A 24-year-old Guatemalan mother of three named Maria was held behind bars in the Martin County Jail earlier this year before Immigration and Customs Enforcement (ICE) agents transferred her to the Broward Transitional Center in Pompano Beach, Florida.
Her crime? Voluntarily paying a $150 traffic fine while being undocumented.
As first reported by the Miami New Times, Maria was handcuffed and thrown in jail for the fine, even though she had paid a $750 bond to leave. The facility kept her money and kept her behind bars until ICE arrived.
As ThinkProgress reported in 2017, local jails can sign a contract with ICE to hold detainees in their facilities for the federal agency: while jailed people should be released after a certain period of time, under these agreements, they can then be “re-booked” into the same jail, awaiting pickup by ICE. It’s not immediately clear whether the Martin County Jail has such an agreement with ICE.
“I am not a criminal,” Maria told New Times. “I have cleaned boats and homes. I have worked hard doing jobs that no one wants to do.”
Police in Martin County let Maria go after fining her for driving without a proper license and she decided on her own to show up and pay the fine.
“I wanted to to make this alright with the law,” she said. “I went to present myself and straighten this out.”
Now she only gets to see her children once each week and is worried for her 9 year old, who was once held in federal custody for three weeks after crossing the border unaccompanied and now fears even visiting her at the detention center for fear of being detained again.
“They give me 60 to 90 minutes one time a week with my kids,” Maria told the New Times. “Imagine. I am their mother! That is very little time. They cry. They sob. ‘Mami vamos,’ they say. The nine year old is scared she will be detained. She comes to visit me, but she is waiting to to be arrested. She says ‘Mami, I don’t want to go back into detention.'”
Maria fled dangerous conditions in Guatemala six years ago with her first-born child. They first lived in Chicago, where Maria worked manual-labor jobs. According to her attorney, she was in the process of applying for legal residency when she missed a court date because she went into labor. She eventually relocated her family to Florida after being reunited with her child.
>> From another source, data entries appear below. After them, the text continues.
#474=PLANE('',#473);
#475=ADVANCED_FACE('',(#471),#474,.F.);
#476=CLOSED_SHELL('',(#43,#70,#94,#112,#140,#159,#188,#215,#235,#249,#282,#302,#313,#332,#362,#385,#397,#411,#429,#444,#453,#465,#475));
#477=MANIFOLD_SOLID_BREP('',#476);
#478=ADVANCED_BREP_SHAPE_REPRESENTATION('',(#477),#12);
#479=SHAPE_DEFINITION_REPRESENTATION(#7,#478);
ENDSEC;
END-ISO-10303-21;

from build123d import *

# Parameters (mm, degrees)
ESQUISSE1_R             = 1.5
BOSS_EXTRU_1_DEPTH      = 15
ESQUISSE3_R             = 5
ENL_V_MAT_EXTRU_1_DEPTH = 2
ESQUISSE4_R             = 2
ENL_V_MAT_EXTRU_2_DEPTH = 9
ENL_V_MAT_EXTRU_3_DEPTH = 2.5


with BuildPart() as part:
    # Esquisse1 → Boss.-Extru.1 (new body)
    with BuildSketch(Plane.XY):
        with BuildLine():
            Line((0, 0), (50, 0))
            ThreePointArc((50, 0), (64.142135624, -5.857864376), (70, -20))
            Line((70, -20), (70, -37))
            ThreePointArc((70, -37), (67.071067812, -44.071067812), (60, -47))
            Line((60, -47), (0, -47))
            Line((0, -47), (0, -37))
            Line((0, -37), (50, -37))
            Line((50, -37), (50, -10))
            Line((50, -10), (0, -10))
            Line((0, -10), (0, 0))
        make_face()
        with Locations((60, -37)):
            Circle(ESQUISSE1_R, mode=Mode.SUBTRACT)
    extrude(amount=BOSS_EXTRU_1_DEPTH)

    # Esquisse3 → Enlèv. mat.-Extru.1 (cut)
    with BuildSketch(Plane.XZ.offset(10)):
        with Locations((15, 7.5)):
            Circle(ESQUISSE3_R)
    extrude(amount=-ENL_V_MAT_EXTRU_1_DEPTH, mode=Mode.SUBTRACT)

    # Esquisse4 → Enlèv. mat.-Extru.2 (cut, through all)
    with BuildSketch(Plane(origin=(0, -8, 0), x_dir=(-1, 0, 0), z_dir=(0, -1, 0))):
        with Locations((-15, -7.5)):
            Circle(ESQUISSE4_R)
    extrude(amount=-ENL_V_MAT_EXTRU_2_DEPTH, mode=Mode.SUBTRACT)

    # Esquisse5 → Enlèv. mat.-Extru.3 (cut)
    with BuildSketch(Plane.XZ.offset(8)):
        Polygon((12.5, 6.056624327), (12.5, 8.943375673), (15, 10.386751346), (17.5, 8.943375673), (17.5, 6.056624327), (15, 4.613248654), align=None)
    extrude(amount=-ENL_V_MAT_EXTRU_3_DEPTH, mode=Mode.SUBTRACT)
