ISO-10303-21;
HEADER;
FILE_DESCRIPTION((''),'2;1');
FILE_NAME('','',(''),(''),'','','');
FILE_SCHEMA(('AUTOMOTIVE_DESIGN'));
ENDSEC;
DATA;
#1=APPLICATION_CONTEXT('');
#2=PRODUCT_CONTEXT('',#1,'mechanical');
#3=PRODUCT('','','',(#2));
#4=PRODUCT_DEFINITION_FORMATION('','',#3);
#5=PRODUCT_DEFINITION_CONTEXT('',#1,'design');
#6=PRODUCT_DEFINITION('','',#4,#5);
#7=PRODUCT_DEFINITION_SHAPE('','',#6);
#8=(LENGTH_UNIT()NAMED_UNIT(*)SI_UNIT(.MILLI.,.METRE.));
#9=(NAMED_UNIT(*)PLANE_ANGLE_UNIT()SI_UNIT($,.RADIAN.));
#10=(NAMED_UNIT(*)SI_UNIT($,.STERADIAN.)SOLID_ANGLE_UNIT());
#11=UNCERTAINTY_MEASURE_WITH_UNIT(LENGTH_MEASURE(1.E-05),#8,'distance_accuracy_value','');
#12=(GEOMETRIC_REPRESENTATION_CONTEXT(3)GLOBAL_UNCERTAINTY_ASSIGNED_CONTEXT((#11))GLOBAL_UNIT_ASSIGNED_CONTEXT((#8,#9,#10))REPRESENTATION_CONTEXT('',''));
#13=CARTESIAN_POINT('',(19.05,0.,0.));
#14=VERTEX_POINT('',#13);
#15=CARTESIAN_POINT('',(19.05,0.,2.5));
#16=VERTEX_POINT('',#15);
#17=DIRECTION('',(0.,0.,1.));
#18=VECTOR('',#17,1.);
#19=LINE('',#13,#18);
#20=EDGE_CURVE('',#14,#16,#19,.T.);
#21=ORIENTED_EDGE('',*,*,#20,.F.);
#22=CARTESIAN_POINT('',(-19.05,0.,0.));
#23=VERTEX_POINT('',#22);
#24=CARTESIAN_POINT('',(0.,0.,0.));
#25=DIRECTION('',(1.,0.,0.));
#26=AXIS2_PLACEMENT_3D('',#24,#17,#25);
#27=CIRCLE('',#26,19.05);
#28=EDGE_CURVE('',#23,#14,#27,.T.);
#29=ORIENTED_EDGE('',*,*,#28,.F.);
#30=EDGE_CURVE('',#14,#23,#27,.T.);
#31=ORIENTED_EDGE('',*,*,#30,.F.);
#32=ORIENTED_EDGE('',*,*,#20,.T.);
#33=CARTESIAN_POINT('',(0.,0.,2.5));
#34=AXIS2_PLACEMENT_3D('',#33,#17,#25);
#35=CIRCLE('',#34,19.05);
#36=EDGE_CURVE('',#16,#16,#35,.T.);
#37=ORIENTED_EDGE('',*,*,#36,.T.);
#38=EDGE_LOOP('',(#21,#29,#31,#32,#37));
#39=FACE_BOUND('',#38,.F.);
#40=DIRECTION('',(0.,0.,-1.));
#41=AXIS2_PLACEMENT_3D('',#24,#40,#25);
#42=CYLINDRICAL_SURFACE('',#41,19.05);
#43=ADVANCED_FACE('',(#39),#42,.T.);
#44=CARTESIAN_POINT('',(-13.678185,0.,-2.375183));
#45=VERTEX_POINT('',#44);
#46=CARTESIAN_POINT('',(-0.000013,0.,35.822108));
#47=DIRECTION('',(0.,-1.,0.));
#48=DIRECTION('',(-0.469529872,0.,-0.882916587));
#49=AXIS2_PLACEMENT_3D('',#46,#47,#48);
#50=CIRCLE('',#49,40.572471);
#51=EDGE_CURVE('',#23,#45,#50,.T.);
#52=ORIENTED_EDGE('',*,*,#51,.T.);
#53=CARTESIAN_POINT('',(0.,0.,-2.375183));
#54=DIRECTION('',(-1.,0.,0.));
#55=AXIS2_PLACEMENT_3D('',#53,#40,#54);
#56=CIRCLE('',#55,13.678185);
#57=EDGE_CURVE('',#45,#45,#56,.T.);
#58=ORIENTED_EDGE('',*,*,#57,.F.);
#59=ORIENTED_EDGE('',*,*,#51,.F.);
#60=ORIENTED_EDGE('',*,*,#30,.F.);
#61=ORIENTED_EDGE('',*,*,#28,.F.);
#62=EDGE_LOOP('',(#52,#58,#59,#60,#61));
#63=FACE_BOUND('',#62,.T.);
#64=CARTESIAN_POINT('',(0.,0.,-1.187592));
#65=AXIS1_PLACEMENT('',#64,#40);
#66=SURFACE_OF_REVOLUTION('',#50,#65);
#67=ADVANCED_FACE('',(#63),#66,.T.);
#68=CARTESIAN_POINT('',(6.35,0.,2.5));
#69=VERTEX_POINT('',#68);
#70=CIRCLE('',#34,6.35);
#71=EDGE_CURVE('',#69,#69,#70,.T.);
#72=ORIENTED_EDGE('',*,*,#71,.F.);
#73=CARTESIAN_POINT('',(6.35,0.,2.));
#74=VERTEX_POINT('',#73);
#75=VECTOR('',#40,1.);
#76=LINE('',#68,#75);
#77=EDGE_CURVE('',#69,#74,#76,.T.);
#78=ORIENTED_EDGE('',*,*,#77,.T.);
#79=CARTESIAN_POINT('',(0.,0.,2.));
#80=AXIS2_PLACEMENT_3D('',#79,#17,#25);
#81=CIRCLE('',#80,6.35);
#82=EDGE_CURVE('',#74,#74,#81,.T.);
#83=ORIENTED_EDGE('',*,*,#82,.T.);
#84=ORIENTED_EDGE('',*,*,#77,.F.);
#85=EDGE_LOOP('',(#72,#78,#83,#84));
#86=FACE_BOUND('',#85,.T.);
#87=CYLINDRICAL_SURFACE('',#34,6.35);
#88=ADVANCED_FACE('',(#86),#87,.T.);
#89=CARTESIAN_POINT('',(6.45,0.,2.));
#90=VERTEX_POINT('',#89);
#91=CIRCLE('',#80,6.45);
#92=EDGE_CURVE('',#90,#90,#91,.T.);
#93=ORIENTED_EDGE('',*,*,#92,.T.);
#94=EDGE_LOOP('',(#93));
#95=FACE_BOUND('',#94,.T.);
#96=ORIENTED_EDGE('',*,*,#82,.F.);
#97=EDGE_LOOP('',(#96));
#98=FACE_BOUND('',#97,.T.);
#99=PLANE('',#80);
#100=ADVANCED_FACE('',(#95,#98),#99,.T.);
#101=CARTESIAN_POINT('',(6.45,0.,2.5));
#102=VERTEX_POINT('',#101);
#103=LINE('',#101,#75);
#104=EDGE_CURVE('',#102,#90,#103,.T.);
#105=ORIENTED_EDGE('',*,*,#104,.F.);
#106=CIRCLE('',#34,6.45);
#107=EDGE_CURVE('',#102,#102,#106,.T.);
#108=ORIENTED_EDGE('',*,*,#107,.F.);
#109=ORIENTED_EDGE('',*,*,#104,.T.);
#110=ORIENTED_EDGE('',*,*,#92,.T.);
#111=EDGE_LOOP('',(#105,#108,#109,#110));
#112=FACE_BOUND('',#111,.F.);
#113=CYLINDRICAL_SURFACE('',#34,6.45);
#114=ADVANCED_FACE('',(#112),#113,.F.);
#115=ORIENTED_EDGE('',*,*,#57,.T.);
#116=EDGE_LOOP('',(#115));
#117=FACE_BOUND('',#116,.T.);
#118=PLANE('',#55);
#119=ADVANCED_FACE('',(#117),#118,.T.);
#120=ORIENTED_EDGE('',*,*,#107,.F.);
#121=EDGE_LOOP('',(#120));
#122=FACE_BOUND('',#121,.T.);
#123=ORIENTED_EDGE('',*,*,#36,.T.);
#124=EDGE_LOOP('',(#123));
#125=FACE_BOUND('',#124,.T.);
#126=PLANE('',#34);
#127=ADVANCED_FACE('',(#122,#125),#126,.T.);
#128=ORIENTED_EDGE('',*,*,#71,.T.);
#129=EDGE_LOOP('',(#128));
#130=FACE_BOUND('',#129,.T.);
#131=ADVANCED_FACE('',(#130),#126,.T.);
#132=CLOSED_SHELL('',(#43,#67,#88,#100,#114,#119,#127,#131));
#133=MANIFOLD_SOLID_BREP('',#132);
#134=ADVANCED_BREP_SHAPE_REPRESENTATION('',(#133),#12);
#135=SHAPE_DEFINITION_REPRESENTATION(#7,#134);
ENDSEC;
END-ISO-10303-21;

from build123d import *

# Parameters (mm, degrees)
F0_R     = 19.05
F1_DEPTH = 2.5
F2_R     = 6.45
F2_R_2   = 6.35
F3_DEPTH = 0.5
F4_DEPTH = 0.5


with BuildPart() as f1:
    # F0 (on Top) → F1 (new body)
    with BuildSketch(Plane.XY):
        Circle(F0_R)
    extrude(amount=F1_DEPTH)

    # F2 (on face) → F3 (cut)
    with BuildSketch(Plane.XY.offset(2.5)):
        Circle(F2_R)
        Circle(F2_R_2, mode=Mode.SUBTRACT)
    extrude(amount=-F3_DEPTH, mode=Mode.SUBTRACT)

    # F2 (on face) → F4 (cut)
    with BuildSketch(Plane.XY.offset(2.5)):
        Circle(F2_R)
        Circle(F2_R_2, mode=Mode.SUBTRACT)
    extrude(amount=-F4_DEPTH, mode=Mode.SUBTRACT)

    # F5 (on Front) → F6 (revolve)
    with BuildSketch(Plane.XZ):
        with BuildLine():
            Line((0, -2.375183), (0, 0))
            Line((0, 0), (-19.05, 0))
            ThreePointArc((-19.05, 0), (-16.407129, -1.284926), (-13.678185, -2.375183))
            Line((-13.678185, -2.375183), (0, -2.375183))
        make_face()
    revolve(axis=Axis((0, 0, -1.187592), (0, 0, -1)))


solid = f1.part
Now she remains behind bars at the Broward Transitional Center, where some guards are professional but others, according to Maria, refuse to speak with her in Spanish, or they lie to her about the facility’s commissary being out of basic necessities like soap.
A few months ago, ThinkProgress reported on an undocumented mother also held at Broward Transitional Center. Like Maria, “Mary Caceres” (whose name has been changed to protect her privacy) had missed a court date due to factors out of her control; her immigration attorney had committed suicide and she wasn’t informed of her next check-in date. Like Maria, she did not have a criminal record and appeared voluntarily before law enforcement officials to make sure she was complying with the law. After being transported to four different facilities, without the ability to shower or even brush her teeth, Carceres was ultimately placed at the Broward Transitional Center. According to Carceres’ daughter, she was deported back to Colombia last month, after 13 years of living in the U.S.
The Broward Transitional Center has been a target of immigration rights advocates in south Florida.
It’s a privately owned, “low-level” facility for immigrants who have committed no crimes at all, or minor crimes like traffic offenses. The facility has been targeted by #AbolishICE protesters for profiting off of family separation by detaining and deporting undocumented individuals that have committed nonviolent offenses like traffic violations — or no crimes whatsoever.
We are at the Broward Transitional Center, a private immigration detention center owned by GEO Group. Creating a profit incentive for imprisoning people and keeping them imprisoned is immoral. We call on all elected officials and candidates in FL to reject private prison money. pic.twitter.com/LZTk4ZFISO
— Tomas Kennedy (@tomaskenn) June 28, 2018
Several protesters were arrested last week for blocking access to the facility.